Георгий спустился с платформы, когда еще не рассвело. Дорога в дачный поселок вела через лес, шла сквозь совхозные поля, петляла в редком перелеске, проходя по берегу небольшого, подземными ключами налитого пруда. Раз или два ему показался за спиной отчетливый снежный хрусток чужих шагов, он резко оборачивался, но никого не увидел. Старый волк шел след в след, замечательно умело прятался за стволами, так что в утренних сумерках заметить его было невозможно. Наконец дорога уперлась в ворота поселка. Заперто. Георгий перемахнул через них в два счета. Зашагал по покрытой чистым незатоптанным снегом главной улице. Зимой на дачах никого не было, и лишь сторож иногда выходил из своей сторожки, а на ночь выпускал собак. Ничьих следов, кроме собачьих, на снегу не было – это врезалось Георгию в память на всю оставшуюся жизнь. Их бывшая дача была последней в проулке, отходившем от главной улицы. В свое время отец именно по этому признаку и выбрал ее среди прочих: соседи только с двух сторон, а с третьей прекрасный сосновый лес, воздух чистейший – вышел за ворота и оказался в берендеевской чаще, – сказка! Он перелез через кирпичный забор – предмет всеобщей соседской зависти, попал в сугроб, увяз в нем по грудь: изнутри, с подветренной стороны, изрядно намело и на участке снегу было выше колена. Новый хозяин поменял все замки, и Жора, поискав глазами, подобрал половинку кирпича: на крыльце под навесом стояло прикрытое фанеркой ведро, кирпич лежал сверху, чтобы фанерку не снесло ветром. В ведре оказалась зола. Он разбил кирпичом оконце веранды, просунул руку, повернул шпингалет, открыл...

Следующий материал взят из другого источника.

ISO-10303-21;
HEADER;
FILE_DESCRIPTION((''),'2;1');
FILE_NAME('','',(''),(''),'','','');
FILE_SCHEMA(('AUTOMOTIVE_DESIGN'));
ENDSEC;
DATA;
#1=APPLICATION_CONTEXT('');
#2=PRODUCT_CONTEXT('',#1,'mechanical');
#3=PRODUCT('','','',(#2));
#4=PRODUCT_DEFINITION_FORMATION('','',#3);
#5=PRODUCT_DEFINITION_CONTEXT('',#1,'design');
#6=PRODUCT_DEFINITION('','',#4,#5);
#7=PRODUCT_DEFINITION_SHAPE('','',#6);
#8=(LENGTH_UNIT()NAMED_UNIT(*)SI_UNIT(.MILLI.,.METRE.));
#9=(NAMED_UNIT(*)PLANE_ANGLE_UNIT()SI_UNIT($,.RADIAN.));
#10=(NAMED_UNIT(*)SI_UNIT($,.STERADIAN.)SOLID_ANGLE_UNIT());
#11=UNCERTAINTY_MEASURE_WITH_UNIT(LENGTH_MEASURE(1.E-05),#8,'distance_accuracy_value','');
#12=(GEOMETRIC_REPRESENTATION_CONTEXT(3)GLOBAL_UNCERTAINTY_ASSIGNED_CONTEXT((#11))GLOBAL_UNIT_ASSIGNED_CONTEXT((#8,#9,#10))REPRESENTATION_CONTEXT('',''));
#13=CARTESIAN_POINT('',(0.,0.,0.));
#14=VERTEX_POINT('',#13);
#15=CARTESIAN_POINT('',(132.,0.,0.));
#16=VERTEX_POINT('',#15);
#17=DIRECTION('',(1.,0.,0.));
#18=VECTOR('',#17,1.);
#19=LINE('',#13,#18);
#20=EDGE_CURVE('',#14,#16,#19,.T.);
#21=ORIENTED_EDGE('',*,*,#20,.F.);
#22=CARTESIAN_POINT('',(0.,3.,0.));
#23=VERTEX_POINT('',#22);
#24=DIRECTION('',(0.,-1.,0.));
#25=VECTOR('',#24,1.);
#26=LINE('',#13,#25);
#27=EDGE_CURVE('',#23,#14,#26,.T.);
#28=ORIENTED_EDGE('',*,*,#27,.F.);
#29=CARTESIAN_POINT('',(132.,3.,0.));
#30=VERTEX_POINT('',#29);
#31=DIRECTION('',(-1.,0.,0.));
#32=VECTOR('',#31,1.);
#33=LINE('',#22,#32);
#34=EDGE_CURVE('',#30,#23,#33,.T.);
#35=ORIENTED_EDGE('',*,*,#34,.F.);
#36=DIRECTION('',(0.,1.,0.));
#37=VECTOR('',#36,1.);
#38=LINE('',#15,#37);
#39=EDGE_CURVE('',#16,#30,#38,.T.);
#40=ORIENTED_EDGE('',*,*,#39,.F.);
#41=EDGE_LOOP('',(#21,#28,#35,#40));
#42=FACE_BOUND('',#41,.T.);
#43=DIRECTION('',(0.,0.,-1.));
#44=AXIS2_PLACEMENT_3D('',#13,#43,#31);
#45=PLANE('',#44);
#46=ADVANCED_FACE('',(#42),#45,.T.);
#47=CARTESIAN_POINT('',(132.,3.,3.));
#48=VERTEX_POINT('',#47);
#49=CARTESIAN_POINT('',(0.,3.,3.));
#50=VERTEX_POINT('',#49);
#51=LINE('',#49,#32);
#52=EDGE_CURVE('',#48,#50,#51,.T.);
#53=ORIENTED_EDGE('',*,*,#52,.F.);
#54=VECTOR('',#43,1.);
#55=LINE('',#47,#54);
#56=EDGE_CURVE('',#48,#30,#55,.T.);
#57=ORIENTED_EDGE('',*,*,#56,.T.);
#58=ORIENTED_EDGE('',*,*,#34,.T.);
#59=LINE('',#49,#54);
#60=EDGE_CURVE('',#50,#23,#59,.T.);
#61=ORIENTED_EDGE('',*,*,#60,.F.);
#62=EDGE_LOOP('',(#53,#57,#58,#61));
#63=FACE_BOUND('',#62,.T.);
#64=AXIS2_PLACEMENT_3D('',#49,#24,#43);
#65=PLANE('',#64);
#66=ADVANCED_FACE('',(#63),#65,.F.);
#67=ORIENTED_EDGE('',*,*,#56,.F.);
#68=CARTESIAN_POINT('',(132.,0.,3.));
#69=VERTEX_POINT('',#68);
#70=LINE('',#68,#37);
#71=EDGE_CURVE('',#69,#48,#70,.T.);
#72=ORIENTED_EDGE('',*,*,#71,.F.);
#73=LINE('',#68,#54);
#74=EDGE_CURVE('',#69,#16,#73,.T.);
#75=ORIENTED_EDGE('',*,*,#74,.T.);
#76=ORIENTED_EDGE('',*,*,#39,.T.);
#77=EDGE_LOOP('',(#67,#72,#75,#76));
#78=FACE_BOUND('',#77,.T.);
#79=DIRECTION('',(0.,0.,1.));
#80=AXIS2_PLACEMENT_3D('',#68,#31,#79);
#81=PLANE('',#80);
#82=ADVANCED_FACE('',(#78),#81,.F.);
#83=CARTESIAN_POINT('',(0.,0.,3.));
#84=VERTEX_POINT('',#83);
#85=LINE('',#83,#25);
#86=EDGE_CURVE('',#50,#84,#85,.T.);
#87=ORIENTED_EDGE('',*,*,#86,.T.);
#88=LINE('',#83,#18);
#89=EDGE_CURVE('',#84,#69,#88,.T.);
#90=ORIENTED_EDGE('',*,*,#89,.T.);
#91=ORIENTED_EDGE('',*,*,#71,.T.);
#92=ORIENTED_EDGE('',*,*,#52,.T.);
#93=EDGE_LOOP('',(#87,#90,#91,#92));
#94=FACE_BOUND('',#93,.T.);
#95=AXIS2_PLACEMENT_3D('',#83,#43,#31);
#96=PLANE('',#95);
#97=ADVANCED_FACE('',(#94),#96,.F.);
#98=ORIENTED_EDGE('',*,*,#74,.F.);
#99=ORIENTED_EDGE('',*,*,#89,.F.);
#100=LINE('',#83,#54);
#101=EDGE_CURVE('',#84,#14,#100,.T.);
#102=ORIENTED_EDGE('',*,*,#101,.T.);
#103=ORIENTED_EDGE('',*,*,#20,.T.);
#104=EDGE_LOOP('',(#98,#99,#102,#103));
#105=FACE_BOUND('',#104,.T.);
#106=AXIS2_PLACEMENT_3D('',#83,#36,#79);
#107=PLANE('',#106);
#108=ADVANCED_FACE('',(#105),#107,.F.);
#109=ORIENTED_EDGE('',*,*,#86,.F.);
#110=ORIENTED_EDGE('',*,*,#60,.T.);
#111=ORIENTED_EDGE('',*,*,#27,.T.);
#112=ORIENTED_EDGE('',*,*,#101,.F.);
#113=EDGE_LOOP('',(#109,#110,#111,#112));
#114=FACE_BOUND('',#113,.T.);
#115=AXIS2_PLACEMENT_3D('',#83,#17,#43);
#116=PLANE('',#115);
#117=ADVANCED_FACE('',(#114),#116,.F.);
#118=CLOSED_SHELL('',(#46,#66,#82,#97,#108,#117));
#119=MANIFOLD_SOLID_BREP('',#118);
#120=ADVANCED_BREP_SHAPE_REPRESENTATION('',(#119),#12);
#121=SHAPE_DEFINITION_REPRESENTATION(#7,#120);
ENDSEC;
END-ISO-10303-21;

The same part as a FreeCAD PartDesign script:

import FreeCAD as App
import Part
import Sketcher

V = App.Vector


def add_polygon(sketch, points):
    """Adds a closed chain of lines whose ends are joined by coincident constraints."""
    first, n = sketch.GeometryCount, len(points)
    for a, b in zip(points, points[1:] + points[:1]):
        sketch.addGeometry(Part.LineSegment(App.Vector(*a, 0), App.Vector(*b, 0)), False)
    for i in range(n):
        sketch.addConstraint(Sketcher.Constraint("Coincident", first + i, 2, first + (i + 1) % n, 1))

doc = App.newDocument("Part")
params = doc.addObject("Spreadsheet::Sheet", "Params")
for row, (alias, value) in enumerate([
    ("sketch1_width", "132 mm"),
    ("sketch1_height", "3 mm"),
    ("pad1_length", "3 mm"),
], start=1):
    params.set(f"A{row}", alias)
    params.set(f"B{row}", "=" + value)
    params.setAlias(f"B{row}", alias)

body = doc.addObject("PartDesign::Body", "Body")

sketch1 = body.newObject("Sketcher::SketchObject", "Sketch")
sketch1.AttachmentSupport = (doc.getObject("XY_Plane"), [""])
sketch1.MapMode = "FlatFace"
add_polygon(sketch1, [(0, 3), (0, 0), (132, 0), (132, 3)])
sketch1.addConstraint(Sketcher.Constraint("Vertical", 0))
sketch1.addConstraint(Sketcher.Constraint("Horizontal", 1))
sketch1.addConstraint(Sketcher.Constraint("Vertical", 2))
sketch1.addConstraint(Sketcher.Constraint("Horizontal", 3))
sketch1.addConstraint(Sketcher.Constraint("Coincident", 0, 2, -1, 1))
sketch1.addConstraint(Sketcher.Constraint("DistanceX", 1, 1, 1, 2, 132.0))
sketch1.addConstraint(Sketcher.Constraint("DistanceY", 0, 2, 0, 1, 3.0))
sketch1.setExpression("Constraints[9]", "Params.sketch1_width")
sketch1.setExpression("Constraints[10]", "Params.sketch1_height")
pad1 = body.newObject("PartDesign::Pad", "Pad")
pad1.Profile = sketch1
pad1.setExpression("Length", "Params.pad1_length")

doc.recompute()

Внутри было холодно, пожалуй, холодней, чем снаружи. Дом вымерз, и половицы встречали старого хозяина сдержанным морозным скрипом. Дверь с веранды в дом не закрывалась никогда, и метростроевец этой традиции не нарушил. Печка, большая, смахивающая на русскую, занимавшая так много места, утвердилась в середине дома и, казалось, была построена прежде него самого. Возле печки, как всегда, стояла самодельная, из куска арматуры, кочерга. Он взял эту кочергу, зашел печке в тыл, со стороны, противоположной жаровне, и ударил первый раз... Осыпалась штукатурка, показались ничем не скрепленные между собою кирпичи в двойной кладке. Он вынимал их руками и отбрасывал в сторону. Проделав лаз, чтобы впору только протиснуться, Мемзер достал карманный фонарик, осветил первые ступени почти вертикально уходящей под землю лестницы и полез в отцовский тайник.

Подземелье встретило его запахом глубинной земли, пробивавшимся сквозь щели дощатых подгнивающих стен. В крохотной, метр на полтора каморке не было ничего, кроме оцинкованного ящика размером с обыкновенный чемодан. В таких хранят кинопленку. Георгий упал на колени перед этим ящиком, щелкнул запорами, поднял крышку. В ящике лежали деньги. Много. В основном доллары и федеративные немецкие марки. Он принялся набивать ими карманы пальто и брюк, клал за пазуху, когда в карманах стало тесно, то под рубашку, поближе к телу. Внизу, под денежными пачками, лежал пистолет: старый Мемзер словно читал в книге судьбы, он предусмотрел все до последней мелочи.

Следователь ждал Георгия возле печки. Он устал прятаться от «паскудыша» и сейчас с нетерпением ожидал, когда голова преследуемого им от самой Москвы паренька покажется из печной дыры, которую он (вот болван!) не приметил в прошлый раз. Он, разумеется, собирался пустить в ход наган, но пока что держал его по-прежнему в кармане. Вместо револьвера он достал пачку сигарет и закурил, тем самым подписав себе смертный приговор. Некурящий Мемзер еще в самом низу, лишь начиная подъем, почуял запах табака и привел пистолет в нужное состояние. Следователь видел, как сперва показались из печного лаза худые пареньковы ноги в осенних, насквозь вымокших ботинках, затем пальто с неестественно раздутыми карманами. И стоило ему подумать, что в карманах лежит то самое, за чем он сюда пришел, как вдруг парень рухнул на пол и, совсем как в кино с Юлом Бриннером, по-ковбойски застрелил следователя, угодив ему своим выстрелом точно в грудь.